[Stored data entries]
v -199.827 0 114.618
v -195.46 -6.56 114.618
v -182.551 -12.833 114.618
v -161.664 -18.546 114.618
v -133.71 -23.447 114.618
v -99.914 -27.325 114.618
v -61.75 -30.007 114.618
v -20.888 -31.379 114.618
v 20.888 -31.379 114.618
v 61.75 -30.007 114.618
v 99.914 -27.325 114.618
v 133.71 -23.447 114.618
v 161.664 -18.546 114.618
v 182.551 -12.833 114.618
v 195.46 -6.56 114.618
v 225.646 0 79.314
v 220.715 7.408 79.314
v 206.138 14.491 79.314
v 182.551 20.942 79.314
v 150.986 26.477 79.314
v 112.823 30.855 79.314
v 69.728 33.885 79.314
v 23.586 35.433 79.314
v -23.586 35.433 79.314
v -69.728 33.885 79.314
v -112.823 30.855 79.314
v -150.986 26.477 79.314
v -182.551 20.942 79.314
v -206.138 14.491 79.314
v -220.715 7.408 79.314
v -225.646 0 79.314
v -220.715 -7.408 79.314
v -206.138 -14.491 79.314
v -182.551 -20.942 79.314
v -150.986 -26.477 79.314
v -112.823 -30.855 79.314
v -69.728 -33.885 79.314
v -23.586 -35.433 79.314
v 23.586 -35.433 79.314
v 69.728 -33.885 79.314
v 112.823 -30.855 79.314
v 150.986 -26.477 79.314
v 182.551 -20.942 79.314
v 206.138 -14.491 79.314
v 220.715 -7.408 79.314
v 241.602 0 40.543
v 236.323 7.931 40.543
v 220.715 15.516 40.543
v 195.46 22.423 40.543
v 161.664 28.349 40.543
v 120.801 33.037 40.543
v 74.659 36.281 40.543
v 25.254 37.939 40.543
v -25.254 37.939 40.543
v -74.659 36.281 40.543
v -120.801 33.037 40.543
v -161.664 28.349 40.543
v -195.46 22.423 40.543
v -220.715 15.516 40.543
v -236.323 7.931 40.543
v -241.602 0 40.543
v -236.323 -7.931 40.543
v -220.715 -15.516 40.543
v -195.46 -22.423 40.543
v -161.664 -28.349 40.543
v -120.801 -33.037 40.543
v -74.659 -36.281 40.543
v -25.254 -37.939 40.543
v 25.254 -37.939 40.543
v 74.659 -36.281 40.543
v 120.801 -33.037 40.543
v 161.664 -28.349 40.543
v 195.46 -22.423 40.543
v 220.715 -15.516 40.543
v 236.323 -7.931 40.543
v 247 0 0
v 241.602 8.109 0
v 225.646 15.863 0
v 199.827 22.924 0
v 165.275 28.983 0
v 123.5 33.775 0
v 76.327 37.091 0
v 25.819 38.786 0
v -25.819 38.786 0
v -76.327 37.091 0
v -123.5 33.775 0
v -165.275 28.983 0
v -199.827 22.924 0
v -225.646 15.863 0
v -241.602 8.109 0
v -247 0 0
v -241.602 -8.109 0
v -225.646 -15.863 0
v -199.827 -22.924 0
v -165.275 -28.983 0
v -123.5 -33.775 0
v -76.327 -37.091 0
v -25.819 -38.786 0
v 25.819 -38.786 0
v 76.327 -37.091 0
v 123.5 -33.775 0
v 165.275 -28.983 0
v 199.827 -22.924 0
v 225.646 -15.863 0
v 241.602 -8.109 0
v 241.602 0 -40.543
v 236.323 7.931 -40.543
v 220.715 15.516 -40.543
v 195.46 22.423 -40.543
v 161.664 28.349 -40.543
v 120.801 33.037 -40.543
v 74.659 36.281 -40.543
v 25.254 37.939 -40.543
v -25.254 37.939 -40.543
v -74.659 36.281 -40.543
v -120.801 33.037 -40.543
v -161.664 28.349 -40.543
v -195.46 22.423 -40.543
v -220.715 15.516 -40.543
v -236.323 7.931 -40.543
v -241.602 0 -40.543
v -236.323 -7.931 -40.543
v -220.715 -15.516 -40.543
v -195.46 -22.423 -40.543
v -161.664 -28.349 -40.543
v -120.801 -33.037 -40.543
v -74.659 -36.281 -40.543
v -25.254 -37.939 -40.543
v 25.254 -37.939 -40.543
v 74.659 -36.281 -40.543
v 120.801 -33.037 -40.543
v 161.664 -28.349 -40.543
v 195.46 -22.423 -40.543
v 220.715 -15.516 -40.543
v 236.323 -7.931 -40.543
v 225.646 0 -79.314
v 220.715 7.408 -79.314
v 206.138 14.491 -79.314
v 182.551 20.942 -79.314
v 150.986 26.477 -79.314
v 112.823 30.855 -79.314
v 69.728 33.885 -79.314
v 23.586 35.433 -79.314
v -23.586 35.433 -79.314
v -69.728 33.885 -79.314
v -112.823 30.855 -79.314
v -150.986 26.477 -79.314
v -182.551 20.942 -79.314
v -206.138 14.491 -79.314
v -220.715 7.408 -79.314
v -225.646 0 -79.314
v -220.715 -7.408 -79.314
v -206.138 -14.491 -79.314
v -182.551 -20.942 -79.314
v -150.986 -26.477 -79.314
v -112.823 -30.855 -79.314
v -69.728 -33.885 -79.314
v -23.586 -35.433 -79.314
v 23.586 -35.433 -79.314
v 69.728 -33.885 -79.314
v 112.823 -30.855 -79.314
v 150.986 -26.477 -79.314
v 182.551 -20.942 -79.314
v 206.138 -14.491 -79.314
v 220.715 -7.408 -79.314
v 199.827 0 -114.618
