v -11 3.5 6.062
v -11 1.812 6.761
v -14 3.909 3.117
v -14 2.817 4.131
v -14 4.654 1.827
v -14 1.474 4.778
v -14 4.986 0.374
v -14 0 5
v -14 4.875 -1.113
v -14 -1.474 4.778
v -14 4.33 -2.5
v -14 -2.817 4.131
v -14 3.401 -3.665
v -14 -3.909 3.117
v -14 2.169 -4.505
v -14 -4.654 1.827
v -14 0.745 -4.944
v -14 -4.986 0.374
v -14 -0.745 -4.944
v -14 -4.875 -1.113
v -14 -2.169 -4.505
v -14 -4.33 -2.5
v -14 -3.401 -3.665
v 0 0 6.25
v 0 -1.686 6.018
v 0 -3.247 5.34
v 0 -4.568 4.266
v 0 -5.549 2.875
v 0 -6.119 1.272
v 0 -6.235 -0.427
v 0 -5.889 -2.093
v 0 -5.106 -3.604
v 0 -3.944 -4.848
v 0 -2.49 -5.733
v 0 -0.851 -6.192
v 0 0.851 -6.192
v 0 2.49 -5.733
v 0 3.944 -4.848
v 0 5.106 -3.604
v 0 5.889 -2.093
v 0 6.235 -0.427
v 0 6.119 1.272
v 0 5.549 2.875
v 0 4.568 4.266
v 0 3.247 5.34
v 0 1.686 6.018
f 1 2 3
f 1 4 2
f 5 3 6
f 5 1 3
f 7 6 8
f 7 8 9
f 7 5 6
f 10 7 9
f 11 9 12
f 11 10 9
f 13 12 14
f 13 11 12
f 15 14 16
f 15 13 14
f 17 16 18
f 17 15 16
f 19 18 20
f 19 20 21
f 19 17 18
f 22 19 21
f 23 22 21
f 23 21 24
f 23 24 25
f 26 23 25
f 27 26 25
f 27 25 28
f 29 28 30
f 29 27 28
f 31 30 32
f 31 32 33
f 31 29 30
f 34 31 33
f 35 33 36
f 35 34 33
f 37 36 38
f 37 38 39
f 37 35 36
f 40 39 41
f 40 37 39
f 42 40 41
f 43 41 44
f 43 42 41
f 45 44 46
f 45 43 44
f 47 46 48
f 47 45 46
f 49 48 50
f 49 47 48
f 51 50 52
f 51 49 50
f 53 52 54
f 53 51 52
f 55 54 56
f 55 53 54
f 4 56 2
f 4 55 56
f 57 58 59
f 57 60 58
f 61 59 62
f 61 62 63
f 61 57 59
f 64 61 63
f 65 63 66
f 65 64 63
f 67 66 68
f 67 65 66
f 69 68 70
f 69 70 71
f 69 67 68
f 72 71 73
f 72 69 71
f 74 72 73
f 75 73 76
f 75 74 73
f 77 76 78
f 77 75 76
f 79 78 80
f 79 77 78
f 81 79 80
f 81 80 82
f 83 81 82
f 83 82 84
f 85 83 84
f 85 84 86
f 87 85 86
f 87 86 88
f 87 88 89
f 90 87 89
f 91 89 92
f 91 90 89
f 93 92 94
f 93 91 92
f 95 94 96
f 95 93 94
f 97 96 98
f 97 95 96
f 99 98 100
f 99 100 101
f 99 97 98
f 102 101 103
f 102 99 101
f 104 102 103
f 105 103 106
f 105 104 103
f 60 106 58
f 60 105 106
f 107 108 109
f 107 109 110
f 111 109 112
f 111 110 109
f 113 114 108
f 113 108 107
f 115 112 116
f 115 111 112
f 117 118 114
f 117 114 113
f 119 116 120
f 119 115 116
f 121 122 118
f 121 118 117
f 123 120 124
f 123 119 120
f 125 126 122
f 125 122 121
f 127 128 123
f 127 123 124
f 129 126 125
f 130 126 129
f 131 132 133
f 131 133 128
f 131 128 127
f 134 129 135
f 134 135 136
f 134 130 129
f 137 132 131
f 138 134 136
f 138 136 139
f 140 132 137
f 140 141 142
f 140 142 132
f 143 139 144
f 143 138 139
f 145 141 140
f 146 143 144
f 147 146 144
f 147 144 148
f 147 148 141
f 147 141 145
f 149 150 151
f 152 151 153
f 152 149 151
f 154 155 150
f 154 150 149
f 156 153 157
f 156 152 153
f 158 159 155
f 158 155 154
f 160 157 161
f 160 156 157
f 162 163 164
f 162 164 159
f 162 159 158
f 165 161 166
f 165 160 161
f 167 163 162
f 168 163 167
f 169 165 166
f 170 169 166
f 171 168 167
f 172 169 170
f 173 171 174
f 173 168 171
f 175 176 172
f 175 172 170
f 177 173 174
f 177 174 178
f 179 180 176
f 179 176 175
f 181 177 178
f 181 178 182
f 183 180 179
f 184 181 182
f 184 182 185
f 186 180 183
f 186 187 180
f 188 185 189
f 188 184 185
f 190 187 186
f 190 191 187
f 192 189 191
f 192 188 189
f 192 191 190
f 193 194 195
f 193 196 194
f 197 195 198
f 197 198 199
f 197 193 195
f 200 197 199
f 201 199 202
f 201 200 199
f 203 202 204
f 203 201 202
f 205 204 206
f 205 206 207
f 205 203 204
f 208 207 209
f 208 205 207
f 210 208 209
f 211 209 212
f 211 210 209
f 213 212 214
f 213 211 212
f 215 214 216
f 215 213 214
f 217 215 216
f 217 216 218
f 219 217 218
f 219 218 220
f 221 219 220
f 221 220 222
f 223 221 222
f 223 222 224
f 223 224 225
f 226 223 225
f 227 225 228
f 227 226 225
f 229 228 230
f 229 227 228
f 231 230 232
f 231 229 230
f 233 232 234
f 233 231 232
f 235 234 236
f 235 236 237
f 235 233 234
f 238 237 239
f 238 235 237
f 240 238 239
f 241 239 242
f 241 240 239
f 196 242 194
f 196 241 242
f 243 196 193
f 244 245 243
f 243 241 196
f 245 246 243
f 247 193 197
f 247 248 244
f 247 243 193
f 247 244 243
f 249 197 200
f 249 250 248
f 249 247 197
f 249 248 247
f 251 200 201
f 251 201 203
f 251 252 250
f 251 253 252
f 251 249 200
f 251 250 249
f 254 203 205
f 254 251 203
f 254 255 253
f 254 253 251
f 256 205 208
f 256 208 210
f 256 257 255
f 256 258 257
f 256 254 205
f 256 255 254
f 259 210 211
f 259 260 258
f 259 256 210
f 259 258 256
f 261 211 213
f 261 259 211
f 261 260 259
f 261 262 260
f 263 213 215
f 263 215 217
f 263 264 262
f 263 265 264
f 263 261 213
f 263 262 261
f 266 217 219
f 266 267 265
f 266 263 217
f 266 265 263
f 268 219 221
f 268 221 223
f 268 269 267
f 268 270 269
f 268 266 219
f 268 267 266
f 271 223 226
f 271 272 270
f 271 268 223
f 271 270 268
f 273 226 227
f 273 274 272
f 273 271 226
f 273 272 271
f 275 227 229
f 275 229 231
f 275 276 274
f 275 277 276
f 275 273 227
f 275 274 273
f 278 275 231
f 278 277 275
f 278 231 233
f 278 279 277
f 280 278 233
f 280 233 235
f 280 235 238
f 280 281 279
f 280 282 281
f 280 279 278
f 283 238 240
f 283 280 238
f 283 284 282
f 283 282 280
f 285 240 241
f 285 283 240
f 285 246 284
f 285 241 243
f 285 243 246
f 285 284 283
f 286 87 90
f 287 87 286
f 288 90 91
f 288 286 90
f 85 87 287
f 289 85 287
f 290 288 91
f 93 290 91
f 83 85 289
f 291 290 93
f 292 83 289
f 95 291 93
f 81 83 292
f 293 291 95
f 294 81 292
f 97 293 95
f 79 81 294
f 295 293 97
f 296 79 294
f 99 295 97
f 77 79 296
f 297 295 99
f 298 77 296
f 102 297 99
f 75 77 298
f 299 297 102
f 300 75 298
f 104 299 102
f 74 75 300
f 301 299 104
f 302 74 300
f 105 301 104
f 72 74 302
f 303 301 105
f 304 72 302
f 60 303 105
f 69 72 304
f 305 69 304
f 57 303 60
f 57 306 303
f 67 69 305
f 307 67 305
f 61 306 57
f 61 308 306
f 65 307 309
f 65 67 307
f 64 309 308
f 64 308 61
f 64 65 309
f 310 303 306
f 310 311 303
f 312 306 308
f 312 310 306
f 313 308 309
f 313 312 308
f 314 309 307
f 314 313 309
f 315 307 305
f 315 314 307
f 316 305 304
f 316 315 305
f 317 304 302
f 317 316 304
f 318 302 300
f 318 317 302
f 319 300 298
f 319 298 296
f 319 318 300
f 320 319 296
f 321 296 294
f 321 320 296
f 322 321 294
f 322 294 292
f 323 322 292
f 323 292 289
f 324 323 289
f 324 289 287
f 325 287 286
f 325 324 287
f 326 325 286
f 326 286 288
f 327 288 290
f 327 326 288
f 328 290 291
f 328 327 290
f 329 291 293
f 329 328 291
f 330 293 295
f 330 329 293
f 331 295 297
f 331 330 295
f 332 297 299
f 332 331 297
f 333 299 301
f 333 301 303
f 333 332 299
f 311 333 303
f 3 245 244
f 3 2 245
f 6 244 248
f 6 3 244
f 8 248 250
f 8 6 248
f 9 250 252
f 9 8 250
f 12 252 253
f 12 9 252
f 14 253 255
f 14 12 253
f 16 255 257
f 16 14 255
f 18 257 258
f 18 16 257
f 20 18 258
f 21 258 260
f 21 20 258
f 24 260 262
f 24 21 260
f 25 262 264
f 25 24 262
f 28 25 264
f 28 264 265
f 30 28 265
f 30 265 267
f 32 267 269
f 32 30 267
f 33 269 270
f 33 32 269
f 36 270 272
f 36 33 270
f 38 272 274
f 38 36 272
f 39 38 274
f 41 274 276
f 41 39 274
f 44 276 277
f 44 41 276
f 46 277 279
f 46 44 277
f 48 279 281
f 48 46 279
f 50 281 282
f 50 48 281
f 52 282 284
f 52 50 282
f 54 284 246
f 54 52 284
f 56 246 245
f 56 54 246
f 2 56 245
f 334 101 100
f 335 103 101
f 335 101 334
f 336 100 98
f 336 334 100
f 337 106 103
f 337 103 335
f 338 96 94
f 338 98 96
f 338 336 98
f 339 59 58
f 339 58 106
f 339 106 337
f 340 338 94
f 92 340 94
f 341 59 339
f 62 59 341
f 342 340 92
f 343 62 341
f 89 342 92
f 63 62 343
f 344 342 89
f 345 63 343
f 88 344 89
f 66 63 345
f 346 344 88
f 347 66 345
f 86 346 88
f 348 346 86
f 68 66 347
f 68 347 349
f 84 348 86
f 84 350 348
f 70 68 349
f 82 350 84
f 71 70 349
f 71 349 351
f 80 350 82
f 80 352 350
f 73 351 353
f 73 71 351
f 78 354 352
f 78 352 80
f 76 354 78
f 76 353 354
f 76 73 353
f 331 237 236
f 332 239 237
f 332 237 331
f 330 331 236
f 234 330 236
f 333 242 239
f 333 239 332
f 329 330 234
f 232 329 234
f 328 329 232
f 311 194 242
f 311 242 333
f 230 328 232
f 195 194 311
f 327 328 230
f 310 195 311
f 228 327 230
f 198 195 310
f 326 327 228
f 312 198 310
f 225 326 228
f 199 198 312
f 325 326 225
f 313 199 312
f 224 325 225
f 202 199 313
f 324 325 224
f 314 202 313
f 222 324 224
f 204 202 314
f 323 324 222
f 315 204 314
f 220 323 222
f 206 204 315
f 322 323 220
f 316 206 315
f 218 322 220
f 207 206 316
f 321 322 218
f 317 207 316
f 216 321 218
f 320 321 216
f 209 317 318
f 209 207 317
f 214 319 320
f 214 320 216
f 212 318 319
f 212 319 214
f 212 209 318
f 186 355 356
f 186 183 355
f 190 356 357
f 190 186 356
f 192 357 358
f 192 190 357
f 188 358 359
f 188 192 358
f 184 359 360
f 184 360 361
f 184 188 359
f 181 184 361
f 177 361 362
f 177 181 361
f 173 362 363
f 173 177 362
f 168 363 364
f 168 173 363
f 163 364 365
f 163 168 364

- _What is expected_: I'd like the lines above from the one with "f 102 101 103" up to and including the one with "f 177 174 178" copied exactly, with no other lines.

- _Exercise result_:
f 102 101 103
f 102 99 101
f 104 102 103
f 105 103 106
f 105 104 103
f 60 106 58
f 60 105 106
f 107 108 109
f 107 109 110
f 111 109 112
f 111 110 109
f 113 114 108
f 113 108 107
f 115 112 116
f 115 111 112
f 117 118 114
f 117 114 113
f 119 116 120
f 119 115 116
f 121 122 118
f 121 118 117
f 123 120 124
f 123 119 120
f 125 126 122
f 125 122 121
f 127 128 123
f 127 123 124
f 129 126 125
f 130 126 129
f 131 132 133
f 131 133 128
f 131 128 127
f 134 129 135
f 134 135 136
f 134 130 129
f 137 132 131
f 138 134 136
f 138 136 139
f 140 132 137
f 140 141 142
f 140 142 132
f 143 139 144
f 143 138 139
f 145 141 140
f 146 143 144
f 147 146 144
f 147 144 148
f 147 148 141
f 147 141 145
f 149 150 151
f 152 151 153
f 152 149 151
f 154 155 150
f 154 150 149
f 156 153 157
f 156 152 153
f 158 159 155
f 158 155 154
f 160 157 161
f 160 156 157
f 162 163 164
f 162 164 159
f 162 159 158
f 165 161 166
f 165 160 161
f 167 163 162
f 168 163 167
f 169 165 166
f 170 169 166
f 171 168 167
f 172 169 170
f 173 171 174
f 173 168 171
f 175 176 172
f 175 172 170
f 177 173 174
f 177 174 178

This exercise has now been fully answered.